_Exercise requirements_
Print the records below exactly, leaving out nothing.

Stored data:
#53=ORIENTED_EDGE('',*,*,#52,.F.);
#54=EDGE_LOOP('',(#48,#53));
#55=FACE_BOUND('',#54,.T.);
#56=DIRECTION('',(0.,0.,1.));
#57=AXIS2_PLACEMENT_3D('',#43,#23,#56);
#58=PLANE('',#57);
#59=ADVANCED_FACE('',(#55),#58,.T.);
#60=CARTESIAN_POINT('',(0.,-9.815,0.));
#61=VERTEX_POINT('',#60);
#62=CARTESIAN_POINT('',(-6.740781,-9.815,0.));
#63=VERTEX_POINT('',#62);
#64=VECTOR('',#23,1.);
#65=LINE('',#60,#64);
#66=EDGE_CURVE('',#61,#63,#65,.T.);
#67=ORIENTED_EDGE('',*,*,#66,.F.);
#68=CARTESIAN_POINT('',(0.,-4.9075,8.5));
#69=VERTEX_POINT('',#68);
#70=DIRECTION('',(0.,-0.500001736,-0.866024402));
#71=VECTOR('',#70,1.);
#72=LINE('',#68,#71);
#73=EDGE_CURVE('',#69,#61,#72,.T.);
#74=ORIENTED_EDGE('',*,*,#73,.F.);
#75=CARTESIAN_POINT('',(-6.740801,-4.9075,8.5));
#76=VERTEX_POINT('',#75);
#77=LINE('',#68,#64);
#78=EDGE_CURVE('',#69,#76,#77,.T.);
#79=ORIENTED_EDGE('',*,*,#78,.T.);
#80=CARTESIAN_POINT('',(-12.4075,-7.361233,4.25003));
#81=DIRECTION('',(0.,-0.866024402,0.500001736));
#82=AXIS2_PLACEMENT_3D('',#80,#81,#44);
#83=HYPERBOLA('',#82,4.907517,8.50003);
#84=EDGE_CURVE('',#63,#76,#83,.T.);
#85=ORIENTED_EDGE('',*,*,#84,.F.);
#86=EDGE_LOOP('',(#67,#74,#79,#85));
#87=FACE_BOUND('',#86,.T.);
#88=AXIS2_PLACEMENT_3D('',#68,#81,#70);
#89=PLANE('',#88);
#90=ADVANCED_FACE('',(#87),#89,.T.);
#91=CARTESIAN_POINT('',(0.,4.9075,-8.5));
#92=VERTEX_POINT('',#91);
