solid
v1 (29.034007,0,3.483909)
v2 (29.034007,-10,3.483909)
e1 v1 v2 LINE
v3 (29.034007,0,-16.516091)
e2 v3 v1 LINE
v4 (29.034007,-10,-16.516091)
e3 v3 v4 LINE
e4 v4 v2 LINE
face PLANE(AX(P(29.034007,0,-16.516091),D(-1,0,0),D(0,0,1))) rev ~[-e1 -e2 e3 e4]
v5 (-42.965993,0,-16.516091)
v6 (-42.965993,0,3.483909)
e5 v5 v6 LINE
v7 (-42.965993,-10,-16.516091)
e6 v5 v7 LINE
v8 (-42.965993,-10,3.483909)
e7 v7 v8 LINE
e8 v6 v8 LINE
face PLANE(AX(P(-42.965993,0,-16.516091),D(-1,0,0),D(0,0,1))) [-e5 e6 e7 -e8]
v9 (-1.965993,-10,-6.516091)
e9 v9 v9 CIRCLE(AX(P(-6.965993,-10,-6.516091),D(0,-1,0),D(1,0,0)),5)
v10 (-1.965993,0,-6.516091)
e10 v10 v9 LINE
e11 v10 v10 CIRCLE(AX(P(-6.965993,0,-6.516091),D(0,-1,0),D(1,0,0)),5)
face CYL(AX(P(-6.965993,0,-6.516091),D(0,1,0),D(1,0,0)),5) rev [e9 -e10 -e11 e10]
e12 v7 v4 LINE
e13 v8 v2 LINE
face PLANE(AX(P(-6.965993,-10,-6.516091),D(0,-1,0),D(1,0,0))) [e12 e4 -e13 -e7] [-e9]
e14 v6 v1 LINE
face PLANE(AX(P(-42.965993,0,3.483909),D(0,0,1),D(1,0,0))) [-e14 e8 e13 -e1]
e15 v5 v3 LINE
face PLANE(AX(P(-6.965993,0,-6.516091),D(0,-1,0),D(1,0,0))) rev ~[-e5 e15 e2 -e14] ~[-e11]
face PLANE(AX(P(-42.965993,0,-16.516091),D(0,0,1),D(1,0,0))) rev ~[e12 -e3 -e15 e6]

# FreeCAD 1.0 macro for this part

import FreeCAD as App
import Part
import Sketcher
from FreeCAD import Vector


def add_polygon(sketch, points):
    """Adds a closed chain of lines whose ends are joined by coincident constraints."""
    first, n = sketch.GeometryCount, len(points)
    for a, b in zip(points, points[1:] + points[:1]):
        sketch.addGeometry(Part.LineSegment(App.Vector(*a, 0), App.Vector(*b, 0)), False)
    for i in range(n):
        sketch.addConstraint(Sketcher.Constraint("Coincident", first + i, 2, first + (i + 1) % n, 1))

doc = App.newDocument("Part")
params = doc.addObject("Spreadsheet::Sheet", "Params")
for row, (alias, value) in enumerate([
    ("sketch1_diameter", "10 mm"),
    ("sketch1_width", "72 mm"),
    ("sketch1_height", "20 mm"),
    ("pad1_length", "10 mm"),
], start=1):
    params.set(f"A{row}", alias)
    params.set(f"B{row}", "=" + value)
    params.setAlias(f"B{row}", alias)

body = doc.addObject("PartDesign::Body", "Body")

# Sketch on XZ plane
sketch1 = doc.addObject("Sketcher::SketchObject", "Sketch")
body.addObject(sketch1)
sketch1.AttachmentSupport = (doc.XZ_Plane, [""])
sketch1.MapMode = "FlatFace"
add_polygon(sketch1, [(-43, 3), (-43, -17), (29, -17), (29, 3)])  # lines 0-3
sketch1.addGeometry(Part.Circle(Vector(-7, -7, 0), Vector(0, 0, 1), 5), False)  # 4
sketch1.addConstraint([
    Sketcher.Constraint("Vertical", 0),
    Sketcher.Constraint("Horizontal", 1),
    Sketcher.Constraint("Vertical", 2),
    Sketcher.Constraint("Horizontal", 3),
    Sketcher.Constraint("Diameter", 4, 10.0),
    Sketcher.Constraint("DistanceX", 1, 1, 1, 2, 72.0),
    Sketcher.Constraint("DistanceY", 0, 2, 0, 1, 20.0),
    Sketcher.Constraint("DistanceX", 0, 2, 4, 3, 36.0),
    Sketcher.Constraint("DistanceY", 0, 2, 4, 3, 10.0),
    Sketcher.Constraint("DistanceY", 4, 3, -1, 1, 6.516091),
    Sketcher.Constraint("DistanceX", 4, 3, -1, 1, 6.965993),
])
sketch1.setExpression("Constraints[8]", "Params.sketch1_diameter")
sketch1.setExpression("Constraints[9]", "Params.sketch1_width")
sketch1.setExpression("Constraints[10]", "Params.sketch1_height")
pad1 = doc.addObject("PartDesign::Pad", "Pad")
body.addObject(pad1)
pad1.Profile = sketch1
pad1.setExpression("Length", "Params.pad1_length")

doc.recompute()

_Response to this task_
#53=ORIENTED_EDGE('',*,*,#52,.F.);
#54=EDGE_LOOP('',(#48,#53));
#55=FACE_BOUND('',#54,.T.);
#56=DIRECTION('',(0.,0.,1.));
#57=AXIS2_PLACEMENT_3D('',#43,#23,#56);
#58=PLANE('',#57);
#59=ADVANCED_FACE('',(#55),#58,.T.);
#60=CARTESIAN_POINT('',(0.,-9.815,0.));
#61=VERTEX_POINT('',#60);
#62=CARTESIAN_POINT('',(-6.740781,-9.815,0.));
#63=VERTEX_POINT('',#62);
#64=VECTOR('',#23,1.);
#65=LINE('',#60,#64);
#66=EDGE_CURVE('',#61,#63,#65,.T.);
#67=ORIENTED_EDGE('',*,*,#66,.F.);
#68=CARTESIAN_POINT('',(0.,-4.9075,8.5));
#69=VERTEX_POINT('',#68);
#70=DIRECTION('',(0.,-0.500001736,-0.866024402));
#71=VECTOR('',#70,1.);
#72=LINE('',#68,#71);
#73=EDGE_CURVE('',#69,#61,#72,.T.);
#74=ORIENTED_EDGE('',*,*,#73,.F.);
#75=CARTESIAN_POINT('',(-6.740801,-4.9075,8.5));
#76=VERTEX_POINT('',#75);
#77=LINE('',#68,#64);
#78=EDGE_CURVE('',#69,#76,#77,.T.);
#79=ORIENTED_EDGE('',*,*,#78,.T.);
#80=CARTESIAN_POINT('',(-12.4075,-7.361233,4.25003));
#81=DIRECTION('',(0.,-0.866024402,0.500001736));
#82=AXIS2_PLACEMENT_3D('',#80,#81,#44);
#83=HYPERBOLA('',#82,4.907517,8.50003);
#84=EDGE_CURVE('',#63,#76,#83,.T.);
#85=ORIENTED_EDGE('',*,*,#84,.F.);
#86=EDGE_LOOP('',(#67,#74,#79,#85));
#87=FACE_BOUND('',#86,.T.);
#88=AXIS2_PLACEMENT_3D('',#68,#81,#70);
#89=PLANE('',#88);
#90=ADVANCED_FACE('',(#87),#89,.T.);
#91=CARTESIAN_POINT('',(0.,4.9075,-8.5));
#92=VERTEX_POINT('',#91);
solid
v1 (29.034007,0,3.483909)
v2 (29.034007,-10,3.483909)
e1 v1 v2 LINE
v3 (29.034007,0,-16.516091)
e2 v3 v1 LINE
v4 (29.034007,-10,-16.516091)
e3 v3 v4 LINE
e4 v4 v2 LINE
face PLANE(AX(P(29.034007,0,-16.516091),D(-1,0,0),D(0,0,1))) rev ~[-e1 -e2 e3 e4]
v5 (-42.965993,0,-16.516091)
v6 (-42.965993,0,3.483909)
e5 v5 v6 LINE
v7 (-42.965993,-10,-16.516091)
e6 v5 v7 LINE
v8 (-42.965993,-10,3.483909)
e7 v7 v8 LINE
e8 v6 v8 LINE
face PLANE(AX(P(-42.965993,0,-16.516091),D(-1,0,0),D(0,0,1))) [-e5 e6 e7 -e8]
v9 (-1.965993,-10,-6.516091)
e9 v9 v9 CIRCLE(AX(P(-6.965993,-10,-6.516091),D(0,-1,0),D(1,0,0)),5)
v10 (-1.965993,0,-6.516091)
e10 v10 v9 LINE
e11 v10 v10 CIRCLE(AX(P(-6.965993,0,-6.516091),D(0,-1,0),D(1,0,0)),5)
face CYL(AX(P(-6.965993,0,-6.516091),D(0,1,0),D(1,0,0)),5) rev [e9 -e10 -e11 e10]
e12 v7 v4 LINE
e13 v8 v2 LINE
face PLANE(AX(P(-6.965993,-10,-6.516091),D(0,-1,0),D(1,0,0))) [e12 e4 -e13 -e7] [-e9]
e14 v6 v1 LINE
face PLANE(AX(P(-42.965993,0,3.483909),D(0,0,1),D(1,0,0))) [-e14 e8 e13 -e1]
e15 v5 v3 LINE
face PLANE(AX(P(-6.965993,0,-6.516091),D(0,-1,0),D(1,0,0))) rev ~[-e5 e15 e2 -e14] ~[-e11]
face PLANE(AX(P(-42.965993,0,-16.516091),D(0,0,1),D(1,0,0))) rev ~[e12 -e3 -e15 e6]

# FreeCAD 1.0 macro for this part

import FreeCAD as App
import Part
import Sketcher
from FreeCAD import Vector


def add_polygon(sketch, points):
    """Adds a closed chain of lines whose ends are joined by coincident constraints."""
    first, n = sketch.GeometryCount, len(points)
    for a, b in zip(points, points[1:] + points[:1]):
        sketch.addGeometry(Part.LineSegment(App.Vector(*a, 0), App.Vector(*b, 0)), False)
    for i in range(n):
        sketch.addConstraint(Sketcher.Constraint("Coincident", first + i, 2, first + (i + 1) % n, 1))

doc = App.newDocument("Part")
params = doc.addObject("Spreadsheet::Sheet", "Params")
for row, (alias, value) in enumerate([
    ("sketch1_diameter", "10 mm"),
    ("sketch1_width", "72 mm"),
    ("sketch1_height", "20 mm"),
    ("pad1_length", "10 mm"),
], start=1):
    params.set(f"A{row}", alias)
    params.set(f"B{row}", "=" + value)
    params.setAlias(f"B{row}", alias)

body = doc.addObject("PartDesign::Body", "Body")

# Sketch on XZ plane
sketch1 = doc.addObject("Sketcher::SketchObject", "Sketch")
body.addObject(sketch1)
sketch1.AttachmentSupport = (doc.XZ_Plane, [""])
sketch1.MapMode = "FlatFace"
add_polygon(sketch1, [(-43, 3), (-43, -17), (29, -17), (29, 3)])  # lines 0-3
sketch1.addGeometry(Part.Circle(Vector(-7, -7, 0), Vector(0, 0, 1), 5), False)  # 4
sketch1.addConstraint([
    Sketcher.Constraint("Vertical", 0),
    Sketcher.Constraint("Horizontal", 1),
    Sketcher.Constraint("Vertical", 2),
    Sketcher.Constraint("Horizontal", 3),
    Sketcher.Constraint("Diameter", 4, 10.0),
    Sketcher.Constraint("DistanceX", 1, 1, 1, 2, 72.0),
    Sketcher.Constraint("DistanceY", 0, 2, 0, 1, 20.0),
    Sketcher.Constraint("DistanceX", 0, 2, 4, 3, 36.0),
    Sketcher.Constraint("DistanceY", 0, 2, 4, 3, 10.0),
    Sketcher.Constraint("DistanceY", 4, 3, -1, 1, 6.516091),
    Sketcher.Constraint("DistanceX", 4, 3, -1, 1, 6.965993),
])
sketch1.setExpression("Constraints[8]", "Params.sketch1_diameter")
sketch1.setExpression("Constraints[9]", "Params.sketch1_width")
sketch1.setExpression("Constraints[10]", "Params.sketch1_height")
pad1 = doc.addObject("PartDesign::Pad", "Pad")
body.addObject(pad1)
pad1.Profile = sketch1
pad1.setExpression("Length", "Params.pad1_length")

doc.recompute()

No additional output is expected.